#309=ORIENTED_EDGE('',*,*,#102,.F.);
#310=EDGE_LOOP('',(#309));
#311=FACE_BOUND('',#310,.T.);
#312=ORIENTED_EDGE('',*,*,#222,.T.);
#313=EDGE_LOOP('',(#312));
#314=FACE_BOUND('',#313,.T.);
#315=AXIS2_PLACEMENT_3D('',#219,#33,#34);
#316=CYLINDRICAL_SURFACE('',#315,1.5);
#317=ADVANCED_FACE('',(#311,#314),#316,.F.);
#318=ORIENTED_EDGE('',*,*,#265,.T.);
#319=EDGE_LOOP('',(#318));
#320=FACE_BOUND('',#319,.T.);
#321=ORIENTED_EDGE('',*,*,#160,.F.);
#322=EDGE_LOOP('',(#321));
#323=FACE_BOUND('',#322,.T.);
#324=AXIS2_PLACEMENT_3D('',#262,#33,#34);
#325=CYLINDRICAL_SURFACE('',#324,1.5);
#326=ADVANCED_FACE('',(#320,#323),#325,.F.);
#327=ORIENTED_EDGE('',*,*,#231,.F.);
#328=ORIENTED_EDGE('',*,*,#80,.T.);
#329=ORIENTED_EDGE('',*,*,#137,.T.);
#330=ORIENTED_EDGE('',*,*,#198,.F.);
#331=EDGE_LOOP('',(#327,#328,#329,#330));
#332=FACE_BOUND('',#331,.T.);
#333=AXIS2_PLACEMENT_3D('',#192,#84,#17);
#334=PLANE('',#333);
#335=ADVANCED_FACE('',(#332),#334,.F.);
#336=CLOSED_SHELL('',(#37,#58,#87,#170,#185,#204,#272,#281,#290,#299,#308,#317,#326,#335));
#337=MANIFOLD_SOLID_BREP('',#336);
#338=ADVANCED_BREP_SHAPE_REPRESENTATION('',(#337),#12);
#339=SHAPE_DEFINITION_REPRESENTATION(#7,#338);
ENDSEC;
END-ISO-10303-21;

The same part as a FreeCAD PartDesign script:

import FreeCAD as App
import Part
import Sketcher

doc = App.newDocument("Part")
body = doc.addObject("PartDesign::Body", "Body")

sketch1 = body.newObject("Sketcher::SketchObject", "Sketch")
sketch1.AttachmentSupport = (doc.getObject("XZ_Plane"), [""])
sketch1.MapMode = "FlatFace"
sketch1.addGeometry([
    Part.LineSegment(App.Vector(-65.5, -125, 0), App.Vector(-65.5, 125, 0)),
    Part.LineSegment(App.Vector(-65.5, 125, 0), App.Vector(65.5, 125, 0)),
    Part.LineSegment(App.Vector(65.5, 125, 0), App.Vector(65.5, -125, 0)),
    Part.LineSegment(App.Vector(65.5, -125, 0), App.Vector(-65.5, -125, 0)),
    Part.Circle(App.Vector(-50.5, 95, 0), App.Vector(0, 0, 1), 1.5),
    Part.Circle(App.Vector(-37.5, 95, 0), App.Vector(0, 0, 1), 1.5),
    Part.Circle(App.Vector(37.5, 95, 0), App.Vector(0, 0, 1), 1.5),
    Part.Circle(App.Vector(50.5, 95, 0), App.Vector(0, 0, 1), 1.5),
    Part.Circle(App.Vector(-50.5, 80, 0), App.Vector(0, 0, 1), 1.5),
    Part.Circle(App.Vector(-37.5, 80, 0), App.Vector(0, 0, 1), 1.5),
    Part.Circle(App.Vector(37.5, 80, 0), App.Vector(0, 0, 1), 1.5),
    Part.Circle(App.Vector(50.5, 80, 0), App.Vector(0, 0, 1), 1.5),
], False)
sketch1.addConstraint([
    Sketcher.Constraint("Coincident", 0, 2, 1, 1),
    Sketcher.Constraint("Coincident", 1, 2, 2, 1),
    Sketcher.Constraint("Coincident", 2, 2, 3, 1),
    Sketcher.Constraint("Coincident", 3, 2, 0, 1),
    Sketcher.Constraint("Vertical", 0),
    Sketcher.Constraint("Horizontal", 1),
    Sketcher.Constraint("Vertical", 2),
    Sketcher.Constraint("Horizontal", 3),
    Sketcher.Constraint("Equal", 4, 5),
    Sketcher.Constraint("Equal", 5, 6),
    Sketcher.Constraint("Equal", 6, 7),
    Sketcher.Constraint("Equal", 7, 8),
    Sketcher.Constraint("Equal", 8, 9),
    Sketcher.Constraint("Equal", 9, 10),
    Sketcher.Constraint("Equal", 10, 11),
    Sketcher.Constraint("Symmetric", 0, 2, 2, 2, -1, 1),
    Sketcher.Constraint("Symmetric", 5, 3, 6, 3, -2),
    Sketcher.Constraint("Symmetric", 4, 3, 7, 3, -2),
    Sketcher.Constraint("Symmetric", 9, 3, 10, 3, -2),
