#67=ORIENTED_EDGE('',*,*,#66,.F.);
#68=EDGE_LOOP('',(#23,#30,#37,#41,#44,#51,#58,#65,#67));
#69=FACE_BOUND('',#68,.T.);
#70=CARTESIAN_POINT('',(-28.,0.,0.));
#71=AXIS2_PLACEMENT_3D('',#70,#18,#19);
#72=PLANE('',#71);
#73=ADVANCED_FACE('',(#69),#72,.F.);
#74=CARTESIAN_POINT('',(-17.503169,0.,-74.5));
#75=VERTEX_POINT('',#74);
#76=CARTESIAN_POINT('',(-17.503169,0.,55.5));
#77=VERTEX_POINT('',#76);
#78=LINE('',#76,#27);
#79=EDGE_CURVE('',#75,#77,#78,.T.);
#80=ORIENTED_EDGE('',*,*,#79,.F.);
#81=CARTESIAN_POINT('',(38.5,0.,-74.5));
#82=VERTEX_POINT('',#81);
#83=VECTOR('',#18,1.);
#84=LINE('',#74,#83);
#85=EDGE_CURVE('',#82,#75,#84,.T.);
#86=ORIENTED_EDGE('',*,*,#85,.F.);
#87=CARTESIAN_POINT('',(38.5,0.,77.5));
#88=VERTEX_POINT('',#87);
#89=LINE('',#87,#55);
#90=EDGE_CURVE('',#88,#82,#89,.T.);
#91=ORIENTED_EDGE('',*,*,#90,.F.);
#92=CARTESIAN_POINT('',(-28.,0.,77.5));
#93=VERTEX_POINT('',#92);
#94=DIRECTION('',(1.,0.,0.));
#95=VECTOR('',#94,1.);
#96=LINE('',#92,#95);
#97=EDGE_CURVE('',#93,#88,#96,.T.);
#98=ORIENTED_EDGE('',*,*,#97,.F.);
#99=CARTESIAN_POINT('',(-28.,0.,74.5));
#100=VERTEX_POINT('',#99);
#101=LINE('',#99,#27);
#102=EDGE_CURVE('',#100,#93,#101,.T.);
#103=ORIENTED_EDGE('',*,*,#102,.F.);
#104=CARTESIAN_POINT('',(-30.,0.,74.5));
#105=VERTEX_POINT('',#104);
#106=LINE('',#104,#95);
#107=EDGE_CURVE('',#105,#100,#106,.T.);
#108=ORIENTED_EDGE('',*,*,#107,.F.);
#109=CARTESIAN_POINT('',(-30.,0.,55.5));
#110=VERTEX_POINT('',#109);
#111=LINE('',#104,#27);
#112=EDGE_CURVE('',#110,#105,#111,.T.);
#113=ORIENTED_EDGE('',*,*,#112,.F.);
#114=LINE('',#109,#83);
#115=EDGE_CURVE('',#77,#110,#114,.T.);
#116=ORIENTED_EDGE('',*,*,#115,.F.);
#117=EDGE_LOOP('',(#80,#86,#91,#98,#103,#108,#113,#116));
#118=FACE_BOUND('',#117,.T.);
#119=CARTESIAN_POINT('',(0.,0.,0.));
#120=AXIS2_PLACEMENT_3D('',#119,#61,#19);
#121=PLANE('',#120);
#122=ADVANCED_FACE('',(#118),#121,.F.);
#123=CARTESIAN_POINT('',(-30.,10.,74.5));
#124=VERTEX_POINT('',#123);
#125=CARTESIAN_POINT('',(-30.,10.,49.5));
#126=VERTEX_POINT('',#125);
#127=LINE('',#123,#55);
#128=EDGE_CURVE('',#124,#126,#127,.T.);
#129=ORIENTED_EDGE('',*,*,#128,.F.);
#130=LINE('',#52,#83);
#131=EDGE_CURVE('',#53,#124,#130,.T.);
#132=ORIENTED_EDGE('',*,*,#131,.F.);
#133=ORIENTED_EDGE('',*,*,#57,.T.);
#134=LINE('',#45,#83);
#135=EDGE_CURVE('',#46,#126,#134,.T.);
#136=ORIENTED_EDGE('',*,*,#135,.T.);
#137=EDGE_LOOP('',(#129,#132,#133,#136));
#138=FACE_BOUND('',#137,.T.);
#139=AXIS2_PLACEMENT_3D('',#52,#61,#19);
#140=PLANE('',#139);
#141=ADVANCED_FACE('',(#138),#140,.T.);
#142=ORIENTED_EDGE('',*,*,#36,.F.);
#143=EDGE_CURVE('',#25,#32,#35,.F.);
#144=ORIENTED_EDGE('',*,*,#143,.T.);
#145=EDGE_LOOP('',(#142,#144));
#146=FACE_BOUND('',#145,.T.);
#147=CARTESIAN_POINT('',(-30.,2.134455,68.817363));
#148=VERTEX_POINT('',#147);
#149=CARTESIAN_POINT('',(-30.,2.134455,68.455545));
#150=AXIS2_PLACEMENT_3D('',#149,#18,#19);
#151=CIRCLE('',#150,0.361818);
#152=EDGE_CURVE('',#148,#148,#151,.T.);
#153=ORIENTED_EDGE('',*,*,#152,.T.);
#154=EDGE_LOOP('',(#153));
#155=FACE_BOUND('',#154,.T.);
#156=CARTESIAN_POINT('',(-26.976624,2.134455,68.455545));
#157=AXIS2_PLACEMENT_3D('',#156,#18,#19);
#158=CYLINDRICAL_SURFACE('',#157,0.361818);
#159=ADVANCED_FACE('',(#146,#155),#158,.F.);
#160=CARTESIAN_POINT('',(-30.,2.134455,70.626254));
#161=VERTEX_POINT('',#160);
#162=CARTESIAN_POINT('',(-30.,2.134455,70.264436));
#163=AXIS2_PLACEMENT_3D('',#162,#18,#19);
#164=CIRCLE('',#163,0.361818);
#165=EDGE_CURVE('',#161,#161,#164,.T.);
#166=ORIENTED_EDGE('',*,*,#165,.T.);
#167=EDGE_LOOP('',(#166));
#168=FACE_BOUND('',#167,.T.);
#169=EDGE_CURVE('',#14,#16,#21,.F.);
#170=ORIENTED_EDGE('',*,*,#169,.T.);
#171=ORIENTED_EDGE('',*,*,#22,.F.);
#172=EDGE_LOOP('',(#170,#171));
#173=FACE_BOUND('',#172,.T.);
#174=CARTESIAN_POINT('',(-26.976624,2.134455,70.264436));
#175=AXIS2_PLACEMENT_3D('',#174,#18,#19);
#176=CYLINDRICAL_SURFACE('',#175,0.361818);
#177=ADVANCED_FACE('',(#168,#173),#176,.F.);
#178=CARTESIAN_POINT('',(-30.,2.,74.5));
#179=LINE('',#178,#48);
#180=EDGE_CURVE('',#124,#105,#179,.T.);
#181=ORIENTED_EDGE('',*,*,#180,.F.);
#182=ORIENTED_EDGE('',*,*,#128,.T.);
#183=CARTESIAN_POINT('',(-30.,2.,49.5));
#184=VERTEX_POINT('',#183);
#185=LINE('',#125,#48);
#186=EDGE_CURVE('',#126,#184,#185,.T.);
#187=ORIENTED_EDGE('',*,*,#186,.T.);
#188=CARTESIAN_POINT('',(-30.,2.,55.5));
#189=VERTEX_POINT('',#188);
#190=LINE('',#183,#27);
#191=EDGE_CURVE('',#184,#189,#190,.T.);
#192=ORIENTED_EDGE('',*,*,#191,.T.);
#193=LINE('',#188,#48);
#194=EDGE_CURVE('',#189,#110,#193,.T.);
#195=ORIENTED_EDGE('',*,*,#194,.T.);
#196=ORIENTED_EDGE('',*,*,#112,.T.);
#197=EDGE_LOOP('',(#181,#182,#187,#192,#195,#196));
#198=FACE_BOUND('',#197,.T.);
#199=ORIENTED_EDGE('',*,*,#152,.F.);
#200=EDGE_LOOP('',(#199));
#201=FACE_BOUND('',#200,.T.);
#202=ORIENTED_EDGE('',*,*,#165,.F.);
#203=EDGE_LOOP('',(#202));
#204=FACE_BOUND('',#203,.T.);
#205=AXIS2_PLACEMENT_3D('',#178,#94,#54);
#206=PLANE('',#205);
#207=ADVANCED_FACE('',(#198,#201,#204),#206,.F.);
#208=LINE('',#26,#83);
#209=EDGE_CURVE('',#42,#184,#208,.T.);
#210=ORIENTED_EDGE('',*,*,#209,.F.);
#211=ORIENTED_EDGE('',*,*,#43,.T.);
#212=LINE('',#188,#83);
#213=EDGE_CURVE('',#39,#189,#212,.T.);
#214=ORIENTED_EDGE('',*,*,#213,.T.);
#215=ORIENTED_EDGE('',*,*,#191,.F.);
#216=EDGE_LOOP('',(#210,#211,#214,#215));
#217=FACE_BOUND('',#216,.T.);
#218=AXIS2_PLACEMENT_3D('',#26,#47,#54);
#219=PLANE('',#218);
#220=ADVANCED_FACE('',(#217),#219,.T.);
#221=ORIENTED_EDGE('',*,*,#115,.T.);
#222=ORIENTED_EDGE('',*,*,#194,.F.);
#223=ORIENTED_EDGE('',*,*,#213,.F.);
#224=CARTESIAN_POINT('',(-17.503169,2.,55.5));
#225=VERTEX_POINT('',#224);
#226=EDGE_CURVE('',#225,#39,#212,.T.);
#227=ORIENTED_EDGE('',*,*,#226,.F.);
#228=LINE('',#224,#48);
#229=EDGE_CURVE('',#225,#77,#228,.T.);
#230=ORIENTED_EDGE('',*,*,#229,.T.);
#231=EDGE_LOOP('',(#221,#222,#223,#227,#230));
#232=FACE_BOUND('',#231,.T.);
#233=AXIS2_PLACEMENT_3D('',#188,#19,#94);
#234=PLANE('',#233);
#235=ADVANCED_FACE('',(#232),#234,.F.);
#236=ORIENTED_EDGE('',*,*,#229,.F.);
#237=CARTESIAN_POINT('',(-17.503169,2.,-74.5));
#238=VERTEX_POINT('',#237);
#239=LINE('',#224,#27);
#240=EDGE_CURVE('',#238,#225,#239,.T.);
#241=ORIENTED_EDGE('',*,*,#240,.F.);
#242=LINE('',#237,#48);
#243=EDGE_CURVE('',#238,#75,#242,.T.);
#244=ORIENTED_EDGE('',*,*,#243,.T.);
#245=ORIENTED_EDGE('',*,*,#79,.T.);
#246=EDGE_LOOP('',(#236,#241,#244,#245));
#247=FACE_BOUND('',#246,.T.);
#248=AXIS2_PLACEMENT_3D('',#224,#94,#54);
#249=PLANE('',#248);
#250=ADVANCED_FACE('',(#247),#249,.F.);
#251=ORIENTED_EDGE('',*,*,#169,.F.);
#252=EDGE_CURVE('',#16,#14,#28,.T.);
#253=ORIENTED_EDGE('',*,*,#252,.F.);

● ● ● ● ●

- _REQUIRED ACTION_
Each line in the entries above, starting at the line with "#316=CYLINDRICAL_SURFACE('',#315,1.5);" and ending at the line with "#337=MANIFOLD_SOLID_BREP('',#336);", is to be printed exactly, and only those lines.

- _THE COMPLETED TASK_
#316=CYLINDRICAL_SURFACE('',#315,1.5);
#317=ADVANCED_FACE('',(#311,#314),#316,.F.);
#318=ORIENTED_EDGE('',*,*,#265,.T.);
#319=EDGE_LOOP('',(#318));
#320=FACE_BOUND('',#319,.T.);
#321=ORIENTED_EDGE('',*,*,#160,.F.);
#322=EDGE_LOOP('',(#321));
#323=FACE_BOUND('',#322,.T.);
#324=AXIS2_PLACEMENT_3D('',#262,#33,#34);
#325=CYLINDRICAL_SURFACE('',#324,1.5);
#326=ADVANCED_FACE('',(#320,#323),#325,.F.);
#327=ORIENTED_EDGE('',*,*,#231,.F.);
#328=ORIENTED_EDGE('',*,*,#80,.T.);
#329=ORIENTED_EDGE('',*,*,#137,.T.);
#330=ORIENTED_EDGE('',*,*,#198,.F.);
#331=EDGE_LOOP('',(#327,#328,#329,#330));
#332=FACE_BOUND('',#331,.T.);
#333=AXIS2_PLACEMENT_3D('',#192,#84,#17);
#334=PLANE('',#333);
#335=ADVANCED_FACE('',(#332),#334,.F.);
#336=CLOSED_SHELL('',(#37,#58,#87,#170,#185,#204,#272,#281,#290,#299,#308,#317,#326,#335));
#337=MANIFOLD_SOLID_BREP('',#336);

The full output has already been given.